* _INPUT RECORDS_
[Start of Attachment]

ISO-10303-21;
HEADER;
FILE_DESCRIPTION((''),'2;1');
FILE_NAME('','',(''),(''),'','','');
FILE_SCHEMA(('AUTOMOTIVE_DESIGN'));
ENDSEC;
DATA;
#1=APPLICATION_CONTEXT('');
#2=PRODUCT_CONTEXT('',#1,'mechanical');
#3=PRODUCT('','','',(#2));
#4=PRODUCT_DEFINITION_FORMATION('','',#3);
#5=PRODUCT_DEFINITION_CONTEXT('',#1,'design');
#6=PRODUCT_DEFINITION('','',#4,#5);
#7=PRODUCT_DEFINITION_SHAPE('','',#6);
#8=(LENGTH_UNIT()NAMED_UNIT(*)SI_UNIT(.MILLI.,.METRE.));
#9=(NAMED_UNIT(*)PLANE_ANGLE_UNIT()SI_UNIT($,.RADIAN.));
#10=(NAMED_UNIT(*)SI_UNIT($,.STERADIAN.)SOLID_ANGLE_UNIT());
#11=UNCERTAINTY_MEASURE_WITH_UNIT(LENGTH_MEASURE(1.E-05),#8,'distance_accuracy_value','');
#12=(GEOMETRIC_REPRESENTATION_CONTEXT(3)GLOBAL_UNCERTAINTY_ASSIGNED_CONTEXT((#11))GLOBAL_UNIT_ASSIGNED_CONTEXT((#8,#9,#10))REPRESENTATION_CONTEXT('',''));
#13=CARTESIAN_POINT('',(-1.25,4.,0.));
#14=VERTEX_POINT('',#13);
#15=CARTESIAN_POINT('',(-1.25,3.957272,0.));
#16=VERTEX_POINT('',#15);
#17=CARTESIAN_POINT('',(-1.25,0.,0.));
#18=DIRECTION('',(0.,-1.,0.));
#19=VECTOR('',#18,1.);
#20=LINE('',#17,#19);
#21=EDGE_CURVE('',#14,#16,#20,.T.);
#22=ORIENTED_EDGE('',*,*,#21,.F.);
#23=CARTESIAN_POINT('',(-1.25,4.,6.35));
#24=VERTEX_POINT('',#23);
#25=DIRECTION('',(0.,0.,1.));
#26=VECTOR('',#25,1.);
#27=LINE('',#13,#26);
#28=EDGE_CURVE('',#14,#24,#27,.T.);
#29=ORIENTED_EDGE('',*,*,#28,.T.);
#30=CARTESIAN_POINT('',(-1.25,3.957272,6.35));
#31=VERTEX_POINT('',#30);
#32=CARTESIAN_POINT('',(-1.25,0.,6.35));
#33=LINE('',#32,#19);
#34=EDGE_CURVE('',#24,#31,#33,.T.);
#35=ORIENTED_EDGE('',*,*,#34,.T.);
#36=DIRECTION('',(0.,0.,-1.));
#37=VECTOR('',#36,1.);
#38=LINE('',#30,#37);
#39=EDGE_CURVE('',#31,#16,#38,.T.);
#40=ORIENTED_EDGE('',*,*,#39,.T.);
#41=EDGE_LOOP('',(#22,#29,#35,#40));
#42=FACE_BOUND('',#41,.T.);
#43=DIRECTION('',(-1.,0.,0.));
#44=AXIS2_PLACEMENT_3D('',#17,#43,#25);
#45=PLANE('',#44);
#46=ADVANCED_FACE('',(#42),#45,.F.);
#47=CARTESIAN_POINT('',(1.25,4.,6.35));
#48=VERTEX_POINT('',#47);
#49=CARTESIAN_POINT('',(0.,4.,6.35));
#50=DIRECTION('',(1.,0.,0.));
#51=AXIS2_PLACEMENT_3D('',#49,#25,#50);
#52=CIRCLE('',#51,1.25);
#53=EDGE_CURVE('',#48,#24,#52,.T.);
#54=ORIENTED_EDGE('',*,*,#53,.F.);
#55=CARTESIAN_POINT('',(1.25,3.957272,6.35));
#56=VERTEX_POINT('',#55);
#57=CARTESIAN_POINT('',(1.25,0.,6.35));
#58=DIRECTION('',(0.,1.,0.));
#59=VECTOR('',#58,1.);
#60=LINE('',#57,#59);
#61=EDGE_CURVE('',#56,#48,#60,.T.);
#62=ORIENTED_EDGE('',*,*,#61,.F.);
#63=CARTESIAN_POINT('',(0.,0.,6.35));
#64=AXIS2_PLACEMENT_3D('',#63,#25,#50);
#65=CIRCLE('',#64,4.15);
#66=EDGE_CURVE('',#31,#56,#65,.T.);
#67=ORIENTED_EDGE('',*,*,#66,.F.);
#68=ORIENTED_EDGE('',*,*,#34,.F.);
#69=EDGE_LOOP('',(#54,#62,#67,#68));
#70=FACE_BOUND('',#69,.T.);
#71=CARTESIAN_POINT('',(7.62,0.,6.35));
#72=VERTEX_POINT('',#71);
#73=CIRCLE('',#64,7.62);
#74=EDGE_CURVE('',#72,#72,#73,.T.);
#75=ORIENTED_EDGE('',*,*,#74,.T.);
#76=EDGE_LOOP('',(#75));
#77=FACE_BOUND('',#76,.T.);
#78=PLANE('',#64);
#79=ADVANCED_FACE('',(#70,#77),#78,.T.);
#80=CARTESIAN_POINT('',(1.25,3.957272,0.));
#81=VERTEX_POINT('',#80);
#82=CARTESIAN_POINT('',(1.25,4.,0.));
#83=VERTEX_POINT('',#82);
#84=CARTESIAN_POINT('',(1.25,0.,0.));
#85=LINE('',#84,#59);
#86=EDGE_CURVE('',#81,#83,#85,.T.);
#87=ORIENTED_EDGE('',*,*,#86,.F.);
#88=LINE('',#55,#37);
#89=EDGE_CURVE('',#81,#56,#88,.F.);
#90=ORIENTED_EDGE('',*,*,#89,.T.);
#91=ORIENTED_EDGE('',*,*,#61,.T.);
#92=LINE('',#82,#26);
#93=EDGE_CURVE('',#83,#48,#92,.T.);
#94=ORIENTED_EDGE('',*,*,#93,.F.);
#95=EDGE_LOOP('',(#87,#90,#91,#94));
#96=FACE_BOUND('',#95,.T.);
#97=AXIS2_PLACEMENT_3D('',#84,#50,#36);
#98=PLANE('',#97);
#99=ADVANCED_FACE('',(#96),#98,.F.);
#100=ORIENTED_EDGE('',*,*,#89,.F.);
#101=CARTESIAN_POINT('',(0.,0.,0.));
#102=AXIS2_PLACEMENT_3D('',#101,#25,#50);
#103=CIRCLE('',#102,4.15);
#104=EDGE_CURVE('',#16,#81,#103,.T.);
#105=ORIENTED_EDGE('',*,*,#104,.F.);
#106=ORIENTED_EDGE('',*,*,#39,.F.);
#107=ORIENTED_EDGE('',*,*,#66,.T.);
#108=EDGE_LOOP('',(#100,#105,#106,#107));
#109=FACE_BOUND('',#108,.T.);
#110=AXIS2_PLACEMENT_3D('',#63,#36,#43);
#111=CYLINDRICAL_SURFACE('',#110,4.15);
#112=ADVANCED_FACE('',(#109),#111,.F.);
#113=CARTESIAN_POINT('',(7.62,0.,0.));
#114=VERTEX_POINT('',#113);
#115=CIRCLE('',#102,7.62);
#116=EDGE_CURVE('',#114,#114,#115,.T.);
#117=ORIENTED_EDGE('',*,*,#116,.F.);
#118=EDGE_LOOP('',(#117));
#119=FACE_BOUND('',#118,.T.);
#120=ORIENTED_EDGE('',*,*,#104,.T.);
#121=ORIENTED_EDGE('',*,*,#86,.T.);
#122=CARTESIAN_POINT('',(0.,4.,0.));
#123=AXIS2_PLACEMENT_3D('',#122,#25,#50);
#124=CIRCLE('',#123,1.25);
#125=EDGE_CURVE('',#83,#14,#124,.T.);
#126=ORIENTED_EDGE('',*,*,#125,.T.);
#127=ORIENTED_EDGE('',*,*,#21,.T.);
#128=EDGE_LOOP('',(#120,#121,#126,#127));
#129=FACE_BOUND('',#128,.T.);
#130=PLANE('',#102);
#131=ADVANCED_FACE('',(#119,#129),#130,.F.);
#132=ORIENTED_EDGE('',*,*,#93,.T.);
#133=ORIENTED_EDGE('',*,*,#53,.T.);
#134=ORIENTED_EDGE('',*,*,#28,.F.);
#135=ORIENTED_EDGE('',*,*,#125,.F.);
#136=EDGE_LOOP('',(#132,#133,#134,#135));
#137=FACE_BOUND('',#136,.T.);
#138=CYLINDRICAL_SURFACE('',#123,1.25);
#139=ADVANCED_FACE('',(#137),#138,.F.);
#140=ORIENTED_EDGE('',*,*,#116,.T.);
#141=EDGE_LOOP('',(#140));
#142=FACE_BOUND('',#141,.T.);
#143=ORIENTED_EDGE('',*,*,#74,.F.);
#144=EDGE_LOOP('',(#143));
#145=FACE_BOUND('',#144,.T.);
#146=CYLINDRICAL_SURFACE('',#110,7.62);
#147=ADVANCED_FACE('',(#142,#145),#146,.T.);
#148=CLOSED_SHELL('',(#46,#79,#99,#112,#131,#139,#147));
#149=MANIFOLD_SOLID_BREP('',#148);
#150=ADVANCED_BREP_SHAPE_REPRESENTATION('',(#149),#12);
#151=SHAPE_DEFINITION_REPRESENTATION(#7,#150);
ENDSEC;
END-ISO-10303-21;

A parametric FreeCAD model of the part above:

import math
import FreeCAD as App
import Part
import Sketcher
from FreeCAD import Vector
Q = App.Units.Quantity

doc = App.newDocument("Part")
params = doc.addObject("Spreadsheet::Sheet", "Params")
for row, (alias, value) in enumerate([
    ("sketch1_diameter", "8.3 mm"),
    ("sketch1_diameter2", "15.24 mm"),
    ("pad1_length", "6.35 mm"),
    ("sketch2_height", "4 mm"),
    ("sketch2_radius", "1.25 mm"),
], start=1):
    params.set(f"A{row}", alias)
    params.set(f"B{row}", "=" + value)
    params.setAlias(f"B{row}", alias)

body = doc.addObject("PartDesign::Body", "Body")

# Sketch on XY plane
sketch1 = body.newObject("Sketcher::SketchObject", "Sketch")
sketch1.AttachmentSupport = (doc.getObject("XY_Plane"), [""])
sketch1.MapMode = "FlatFace"
sketch1.addGeometry([
    Part.Circle(Vector(0, 0, 0), Vector(0, 0, 1), 7.6),
    Part.Circle(Vector(0, 0, 0), Vector(0, 0, 1), 4.2),
], False)
sketch1.addConstraint([
    Sketcher.Constraint("Coincident", 0, 3, -1, 1),
    Sketcher.Constraint("Coincident", 1, 3, -1, 1),
    Sketcher.Constraint("Diameter", 1, Q("8.3 mm")),
    Sketcher.Constraint("Diameter", 0, Q("15.24 mm")),
])
sketch1.setExpression("Constraints[2]", "Params.sketch1_diameter")
sketch1.setExpression("Constraints[3]", "Params.sketch1_diameter2")
pad1 = body.newObject("PartDesign::Pad", "Pad")
pad1.Profile = sketch1
pad1.setExpression("Length", "Params.pad1_length")

# Sketch on XY plane
sketch2 = body.newObject("Sketcher::SketchObject", "Sketch001")
sketch2.AttachmentSupport = (doc.getObject("XY_Plane"), [""])
sketch2.MapMode = "FlatFace"
sketch2.AttachmentOffset = App.Placement(Vector(0, 0, 6.35), App.Rotation())
sketch2.addGeometry([
    Part.LineSegment(Vector(-1.2, 4, 0), Vector(-1.2, 0, 0)),
    Part.ArcOfCircle(Part.Circle(Vector(0, 0, 0), Vector(0, 0, 1), 1.2), math.radians(180), math.radians(360)),
    Part.LineSegment(Vector(1.2, 0, 0), Vector(1.2, 4, 0)),
    Part.ArcOfCircle(Part.Circle(Vector(0, 4, 0), Vector(0, 0, 1), 1.2), math.radians(0), math.radians(180)),
], False)
sketch2.addConstraint([
    Sketcher.Constraint("Tangent", 0, 2, 1, 1),
    Sketcher.Constraint("Tangent", 1, 2, 2, 1),
    Sketcher.Constraint("Tangent", 2, 2, 3, 1),
    Sketcher.Constraint("Tangent", 3, 2, 0, 1),
    Sketcher.Constraint("Vertical", 0),
    Sketcher.Constraint("Vertical", 2),
    Sketcher.Constraint("Coincident", 1, 3, -1, 1),
    Sketcher.Constraint("DistanceY", 0, 2, 0, 1, Q("4 mm")),
    Sketcher.Constraint("Radius", 1, Q("1.25 mm")),
])
sketch2.setExpression("Constraints[7]", "Params.sketch2_height")
sketch2.setExpression("Constraints[8]", "Params.sketch2_radius")
pocket1 = body.newObject("PartDesign::Pocket", "Pocket")
pocket1.Profile = sketch2
pocket1.Type = "ThroughAll"

doc.recompute()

[End of Attachment]

* _YOUR INSTRUCTIONS_
Copy out the lines above exactly, beginning at the one that contains "#24=VERTEX_POINT('',#23);" and ending at the one that contains "#37=VECTOR('',#36,1.);".

* _SOLVED EXERCISE_
#24=VERTEX_POINT('',#23);
#25=DIRECTION('',(0.,0.,1.));
#26=VECTOR('',#25,1.);
#27=LINE('',#13,#26);
#28=EDGE_CURVE('',#14,#24,#27,.T.);
#29=ORIENTED_EDGE('',*,*,#28,.T.);
#30=CARTESIAN_POINT('',(-1.25,3.957272,6.35));
#31=VERTEX_POINT('',#30);
#32=CARTESIAN_POINT('',(-1.25,0.,6.35));
#33=LINE('',#32,#19);
#34=EDGE_CURVE('',#24,#31,#33,.T.);
#35=ORIENTED_EDGE('',*,*,#34,.T.);
#36=DIRECTION('',(0.,0.,-1.));
#37=VECTOR('',#36,1.);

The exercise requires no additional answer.